## REQUIRED WORK
Reproduce the records exactly, beginning with their first line and ending with the line that contains "v 56.053 -41.985 10", and output nothing more.

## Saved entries
--*--

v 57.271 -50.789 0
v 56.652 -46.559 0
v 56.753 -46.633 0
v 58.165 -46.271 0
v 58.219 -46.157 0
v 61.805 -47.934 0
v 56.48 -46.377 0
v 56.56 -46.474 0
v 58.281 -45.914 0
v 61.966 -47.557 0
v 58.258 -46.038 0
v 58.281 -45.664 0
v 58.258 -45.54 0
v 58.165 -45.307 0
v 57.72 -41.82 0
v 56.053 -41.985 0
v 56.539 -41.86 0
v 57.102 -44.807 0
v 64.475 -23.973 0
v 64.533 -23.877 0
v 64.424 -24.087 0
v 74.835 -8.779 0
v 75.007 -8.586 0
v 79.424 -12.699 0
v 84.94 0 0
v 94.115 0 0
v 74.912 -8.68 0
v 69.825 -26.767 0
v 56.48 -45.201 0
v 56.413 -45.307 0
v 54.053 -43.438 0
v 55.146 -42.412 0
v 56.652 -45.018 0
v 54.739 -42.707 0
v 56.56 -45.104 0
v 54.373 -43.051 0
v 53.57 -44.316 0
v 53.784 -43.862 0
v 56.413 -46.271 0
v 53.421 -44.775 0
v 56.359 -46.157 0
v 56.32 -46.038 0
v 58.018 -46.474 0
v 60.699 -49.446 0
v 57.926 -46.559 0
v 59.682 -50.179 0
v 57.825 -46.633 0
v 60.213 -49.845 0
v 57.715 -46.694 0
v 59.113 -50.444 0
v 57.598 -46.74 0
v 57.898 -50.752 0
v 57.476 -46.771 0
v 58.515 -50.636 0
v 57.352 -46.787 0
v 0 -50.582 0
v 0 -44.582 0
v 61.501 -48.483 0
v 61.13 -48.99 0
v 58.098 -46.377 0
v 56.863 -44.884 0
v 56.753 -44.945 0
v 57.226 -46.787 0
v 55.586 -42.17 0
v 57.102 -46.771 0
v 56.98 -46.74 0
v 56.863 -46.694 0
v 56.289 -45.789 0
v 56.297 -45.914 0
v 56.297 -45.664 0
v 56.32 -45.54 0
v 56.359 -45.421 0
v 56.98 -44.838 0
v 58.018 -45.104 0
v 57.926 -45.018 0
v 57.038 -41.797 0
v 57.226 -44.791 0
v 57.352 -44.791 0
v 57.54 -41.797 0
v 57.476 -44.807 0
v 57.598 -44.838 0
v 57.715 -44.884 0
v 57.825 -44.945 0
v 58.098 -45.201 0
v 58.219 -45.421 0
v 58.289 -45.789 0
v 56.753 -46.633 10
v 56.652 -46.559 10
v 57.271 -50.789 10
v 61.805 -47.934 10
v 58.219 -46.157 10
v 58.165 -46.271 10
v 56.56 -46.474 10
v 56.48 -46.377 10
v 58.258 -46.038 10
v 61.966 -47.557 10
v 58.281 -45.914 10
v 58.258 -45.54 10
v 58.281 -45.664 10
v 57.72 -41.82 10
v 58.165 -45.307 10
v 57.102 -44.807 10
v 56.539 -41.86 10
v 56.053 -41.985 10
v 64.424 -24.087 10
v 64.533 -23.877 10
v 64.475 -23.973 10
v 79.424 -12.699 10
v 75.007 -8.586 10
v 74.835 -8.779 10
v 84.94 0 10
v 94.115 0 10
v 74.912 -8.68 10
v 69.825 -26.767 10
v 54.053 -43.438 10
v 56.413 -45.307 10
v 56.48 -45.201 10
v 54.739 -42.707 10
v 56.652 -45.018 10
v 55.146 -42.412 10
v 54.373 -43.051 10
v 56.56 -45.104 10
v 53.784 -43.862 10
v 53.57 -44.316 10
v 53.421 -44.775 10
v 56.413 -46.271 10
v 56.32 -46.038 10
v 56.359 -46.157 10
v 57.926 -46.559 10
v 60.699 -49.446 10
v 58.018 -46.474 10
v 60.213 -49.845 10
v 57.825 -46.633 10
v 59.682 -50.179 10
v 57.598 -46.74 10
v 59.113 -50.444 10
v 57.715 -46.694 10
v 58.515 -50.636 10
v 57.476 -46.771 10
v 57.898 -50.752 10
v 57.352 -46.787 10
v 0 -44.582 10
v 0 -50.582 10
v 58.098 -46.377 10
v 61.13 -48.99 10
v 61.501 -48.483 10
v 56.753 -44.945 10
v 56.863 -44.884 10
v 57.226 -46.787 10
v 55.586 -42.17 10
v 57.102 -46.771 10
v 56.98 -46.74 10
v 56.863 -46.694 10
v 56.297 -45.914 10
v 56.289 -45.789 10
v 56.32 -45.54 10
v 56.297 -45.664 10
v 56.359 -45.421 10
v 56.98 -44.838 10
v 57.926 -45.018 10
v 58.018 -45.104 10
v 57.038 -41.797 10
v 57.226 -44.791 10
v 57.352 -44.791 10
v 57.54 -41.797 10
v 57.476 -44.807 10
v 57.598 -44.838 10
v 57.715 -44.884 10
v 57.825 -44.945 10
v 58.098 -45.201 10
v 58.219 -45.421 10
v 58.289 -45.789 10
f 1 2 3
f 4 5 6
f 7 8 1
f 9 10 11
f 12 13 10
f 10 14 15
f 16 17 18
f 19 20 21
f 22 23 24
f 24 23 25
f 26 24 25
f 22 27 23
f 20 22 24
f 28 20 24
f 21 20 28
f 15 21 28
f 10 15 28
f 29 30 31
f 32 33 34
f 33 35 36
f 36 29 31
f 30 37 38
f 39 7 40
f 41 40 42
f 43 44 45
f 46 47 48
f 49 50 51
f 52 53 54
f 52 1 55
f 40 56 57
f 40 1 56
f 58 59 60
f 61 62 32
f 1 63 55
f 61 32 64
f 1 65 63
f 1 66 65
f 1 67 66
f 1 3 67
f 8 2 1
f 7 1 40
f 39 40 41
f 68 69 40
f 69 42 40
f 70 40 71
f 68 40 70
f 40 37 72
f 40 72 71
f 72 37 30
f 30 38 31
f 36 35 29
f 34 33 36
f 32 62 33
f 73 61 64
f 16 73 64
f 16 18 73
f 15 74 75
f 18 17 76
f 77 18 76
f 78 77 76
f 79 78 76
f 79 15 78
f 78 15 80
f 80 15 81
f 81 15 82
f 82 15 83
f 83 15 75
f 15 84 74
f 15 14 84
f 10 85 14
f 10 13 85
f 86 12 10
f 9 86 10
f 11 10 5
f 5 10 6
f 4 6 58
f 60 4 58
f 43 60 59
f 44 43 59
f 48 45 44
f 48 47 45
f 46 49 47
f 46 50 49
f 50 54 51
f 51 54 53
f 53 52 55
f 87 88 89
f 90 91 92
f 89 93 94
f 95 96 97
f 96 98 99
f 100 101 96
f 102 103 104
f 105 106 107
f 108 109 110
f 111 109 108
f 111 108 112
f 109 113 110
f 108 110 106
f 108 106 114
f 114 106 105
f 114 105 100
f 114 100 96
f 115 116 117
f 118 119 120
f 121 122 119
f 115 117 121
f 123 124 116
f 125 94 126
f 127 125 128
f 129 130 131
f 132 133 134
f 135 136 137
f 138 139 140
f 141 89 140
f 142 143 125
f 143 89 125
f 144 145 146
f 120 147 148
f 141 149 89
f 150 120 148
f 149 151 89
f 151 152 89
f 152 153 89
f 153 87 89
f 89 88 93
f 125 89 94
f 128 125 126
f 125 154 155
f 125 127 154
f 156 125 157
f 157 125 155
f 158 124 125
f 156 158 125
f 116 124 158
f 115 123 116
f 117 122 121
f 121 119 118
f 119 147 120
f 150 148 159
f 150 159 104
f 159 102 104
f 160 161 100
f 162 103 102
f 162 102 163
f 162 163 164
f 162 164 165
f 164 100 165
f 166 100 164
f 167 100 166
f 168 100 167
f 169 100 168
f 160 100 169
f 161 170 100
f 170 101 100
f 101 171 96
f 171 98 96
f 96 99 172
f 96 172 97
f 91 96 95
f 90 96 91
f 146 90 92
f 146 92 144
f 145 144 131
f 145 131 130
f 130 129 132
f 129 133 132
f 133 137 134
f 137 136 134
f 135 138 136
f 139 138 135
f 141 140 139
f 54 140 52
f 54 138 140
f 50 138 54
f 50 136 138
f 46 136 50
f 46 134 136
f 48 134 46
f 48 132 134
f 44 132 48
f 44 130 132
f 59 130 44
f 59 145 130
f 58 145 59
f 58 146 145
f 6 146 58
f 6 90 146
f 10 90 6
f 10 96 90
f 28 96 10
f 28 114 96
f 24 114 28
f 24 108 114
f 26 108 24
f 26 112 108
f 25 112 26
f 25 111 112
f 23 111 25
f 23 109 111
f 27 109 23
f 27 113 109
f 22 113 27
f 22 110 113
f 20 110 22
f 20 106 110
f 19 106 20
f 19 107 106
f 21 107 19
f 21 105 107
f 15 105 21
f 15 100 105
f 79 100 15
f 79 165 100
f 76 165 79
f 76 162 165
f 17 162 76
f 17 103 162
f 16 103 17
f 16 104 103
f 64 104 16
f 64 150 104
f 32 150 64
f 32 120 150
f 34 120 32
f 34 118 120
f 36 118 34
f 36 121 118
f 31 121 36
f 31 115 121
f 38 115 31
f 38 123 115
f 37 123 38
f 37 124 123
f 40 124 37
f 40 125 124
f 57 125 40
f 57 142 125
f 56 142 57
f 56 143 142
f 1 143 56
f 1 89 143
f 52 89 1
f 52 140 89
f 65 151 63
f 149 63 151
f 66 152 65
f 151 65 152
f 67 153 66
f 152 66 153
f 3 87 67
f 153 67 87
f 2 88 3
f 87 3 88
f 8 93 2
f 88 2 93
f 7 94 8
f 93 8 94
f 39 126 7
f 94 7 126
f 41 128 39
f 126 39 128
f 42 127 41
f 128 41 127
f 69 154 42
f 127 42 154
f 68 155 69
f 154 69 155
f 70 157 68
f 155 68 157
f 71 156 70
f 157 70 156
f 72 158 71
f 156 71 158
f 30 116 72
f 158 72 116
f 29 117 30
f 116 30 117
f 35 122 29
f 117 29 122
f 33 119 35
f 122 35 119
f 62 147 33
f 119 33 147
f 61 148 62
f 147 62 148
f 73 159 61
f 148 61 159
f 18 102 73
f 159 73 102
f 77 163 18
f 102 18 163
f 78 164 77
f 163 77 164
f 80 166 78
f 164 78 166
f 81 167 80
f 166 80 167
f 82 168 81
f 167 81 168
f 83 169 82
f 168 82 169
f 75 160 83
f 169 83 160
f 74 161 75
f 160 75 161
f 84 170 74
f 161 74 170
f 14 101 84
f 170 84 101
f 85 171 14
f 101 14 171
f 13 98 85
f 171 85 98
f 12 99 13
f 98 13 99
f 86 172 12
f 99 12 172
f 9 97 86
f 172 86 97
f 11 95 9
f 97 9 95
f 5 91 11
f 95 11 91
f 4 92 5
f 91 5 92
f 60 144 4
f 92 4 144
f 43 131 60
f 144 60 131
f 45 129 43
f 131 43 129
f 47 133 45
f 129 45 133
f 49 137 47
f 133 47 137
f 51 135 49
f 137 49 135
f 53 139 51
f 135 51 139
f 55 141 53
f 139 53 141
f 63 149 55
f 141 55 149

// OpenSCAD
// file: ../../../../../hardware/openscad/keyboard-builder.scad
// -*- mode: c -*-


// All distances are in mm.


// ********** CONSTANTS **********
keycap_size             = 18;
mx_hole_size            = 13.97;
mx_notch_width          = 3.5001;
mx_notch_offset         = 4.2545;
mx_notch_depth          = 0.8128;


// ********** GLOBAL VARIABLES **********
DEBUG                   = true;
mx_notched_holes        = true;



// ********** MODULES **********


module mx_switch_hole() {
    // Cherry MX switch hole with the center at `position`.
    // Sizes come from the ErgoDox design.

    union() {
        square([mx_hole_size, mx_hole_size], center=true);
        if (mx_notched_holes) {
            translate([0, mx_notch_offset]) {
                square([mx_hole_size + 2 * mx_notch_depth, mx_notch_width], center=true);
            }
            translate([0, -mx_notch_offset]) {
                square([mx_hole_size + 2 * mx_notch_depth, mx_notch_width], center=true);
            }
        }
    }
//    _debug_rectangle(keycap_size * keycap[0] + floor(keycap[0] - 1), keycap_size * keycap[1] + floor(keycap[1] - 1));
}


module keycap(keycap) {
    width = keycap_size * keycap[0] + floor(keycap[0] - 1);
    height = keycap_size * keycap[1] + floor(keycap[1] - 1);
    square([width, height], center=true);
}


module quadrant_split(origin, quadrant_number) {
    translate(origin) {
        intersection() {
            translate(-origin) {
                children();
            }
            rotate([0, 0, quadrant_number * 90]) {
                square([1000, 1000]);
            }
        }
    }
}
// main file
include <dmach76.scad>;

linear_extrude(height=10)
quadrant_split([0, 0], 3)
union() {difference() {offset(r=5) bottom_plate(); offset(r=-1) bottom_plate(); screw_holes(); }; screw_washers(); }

--*--

## TASK SOLUTION
v 57.271 -50.789 0
v 56.652 -46.559 0
v 56.753 -46.633 0
v 58.165 -46.271 0
v 58.219 -46.157 0
v 61.805 -47.934 0
v 56.48 -46.377 0
v 56.56 -46.474 0
v 58.281 -45.914 0
v 61.966 -47.557 0
v 58.258 -46.038 0
v 58.281 -45.664 0
v 58.258 -45.54 0
v 58.165 -45.307 0
v 57.72 -41.82 0
v 56.053 -41.985 0
v 56.539 -41.86 0
v 57.102 -44.807 0
v 64.475 -23.973 0
v 64.533 -23.877 0
v 64.424 -24.087 0
v 74.835 -8.779 0
v 75.007 -8.586 0
v 79.424 -12.699 0
v 84.94 0 0
v 94.115 0 0
v 74.912 -8.68 0
v 69.825 -26.767 0
v 56.48 -45.201 0
v 56.413 -45.307 0
v 54.053 -43.438 0
v 55.146 -42.412 0
v 56.652 -45.018 0
v 54.739 -42.707 0
v 56.56 -45.104 0
v 54.373 -43.051 0
v 53.57 -44.316 0
v 53.784 -43.862 0
v 56.413 -46.271 0
v 53.421 -44.775 0
v 56.359 -46.157 0
v 56.32 -46.038 0
v 58.018 -46.474 0
v 60.699 -49.446 0
v 57.926 -46.559 0
v 59.682 -50.179 0
v 57.825 -46.633 0
v 60.213 -49.845 0
v 57.715 -46.694 0
v 59.113 -50.444 0
v 57.598 -46.74 0
v 57.898 -50.752 0
v 57.476 -46.771 0
v 58.515 -50.636 0
v 57.352 -46.787 0
v 0 -50.582 0
v 0 -44.582 0
v 61.501 -48.483 0
v 61.13 -48.99 0
v 58.098 -46.377 0
v 56.863 -44.884 0
v 56.753 -44.945 0
v 57.226 -46.787 0
v 55.586 -42.17 0
v 57.102 -46.771 0
v 56.98 -46.74 0
v 56.863 -46.694 0
v 56.289 -45.789 0
v 56.297 -45.914 0
v 56.297 -45.664 0
v 56.32 -45.54 0
v 56.359 -45.421 0
v 56.98 -44.838 0
v 58.018 -45.104 0
v 57.926 -45.018 0
v 57.038 -41.797 0
v 57.226 -44.791 0
v 57.352 -44.791 0
v 57.54 -41.797 0
v 57.476 -44.807 0
v 57.598 -44.838 0
v 57.715 -44.884 0
v 57.825 -44.945 0
v 58.098 -45.201 0
v 58.219 -45.421 0
v 58.289 -45.789 0
v 56.753 -46.633 10
v 56.652 -46.559 10
v 57.271 -50.789 10
v 61.805 -47.934 10
v 58.219 -46.157 10
v 58.165 -46.271 10
v 56.56 -46.474 10
v 56.48 -46.377 10
v 58.258 -46.038 10
v 61.966 -47.557 10
v 58.281 -45.914 10
v 58.258 -45.54 10
v 58.281 -45.664 10
v 57.72 -41.82 10
v 58.165 -45.307 10
v 57.102 -44.807 10
v 56.539 -41.86 10
v 56.053 -41.985 10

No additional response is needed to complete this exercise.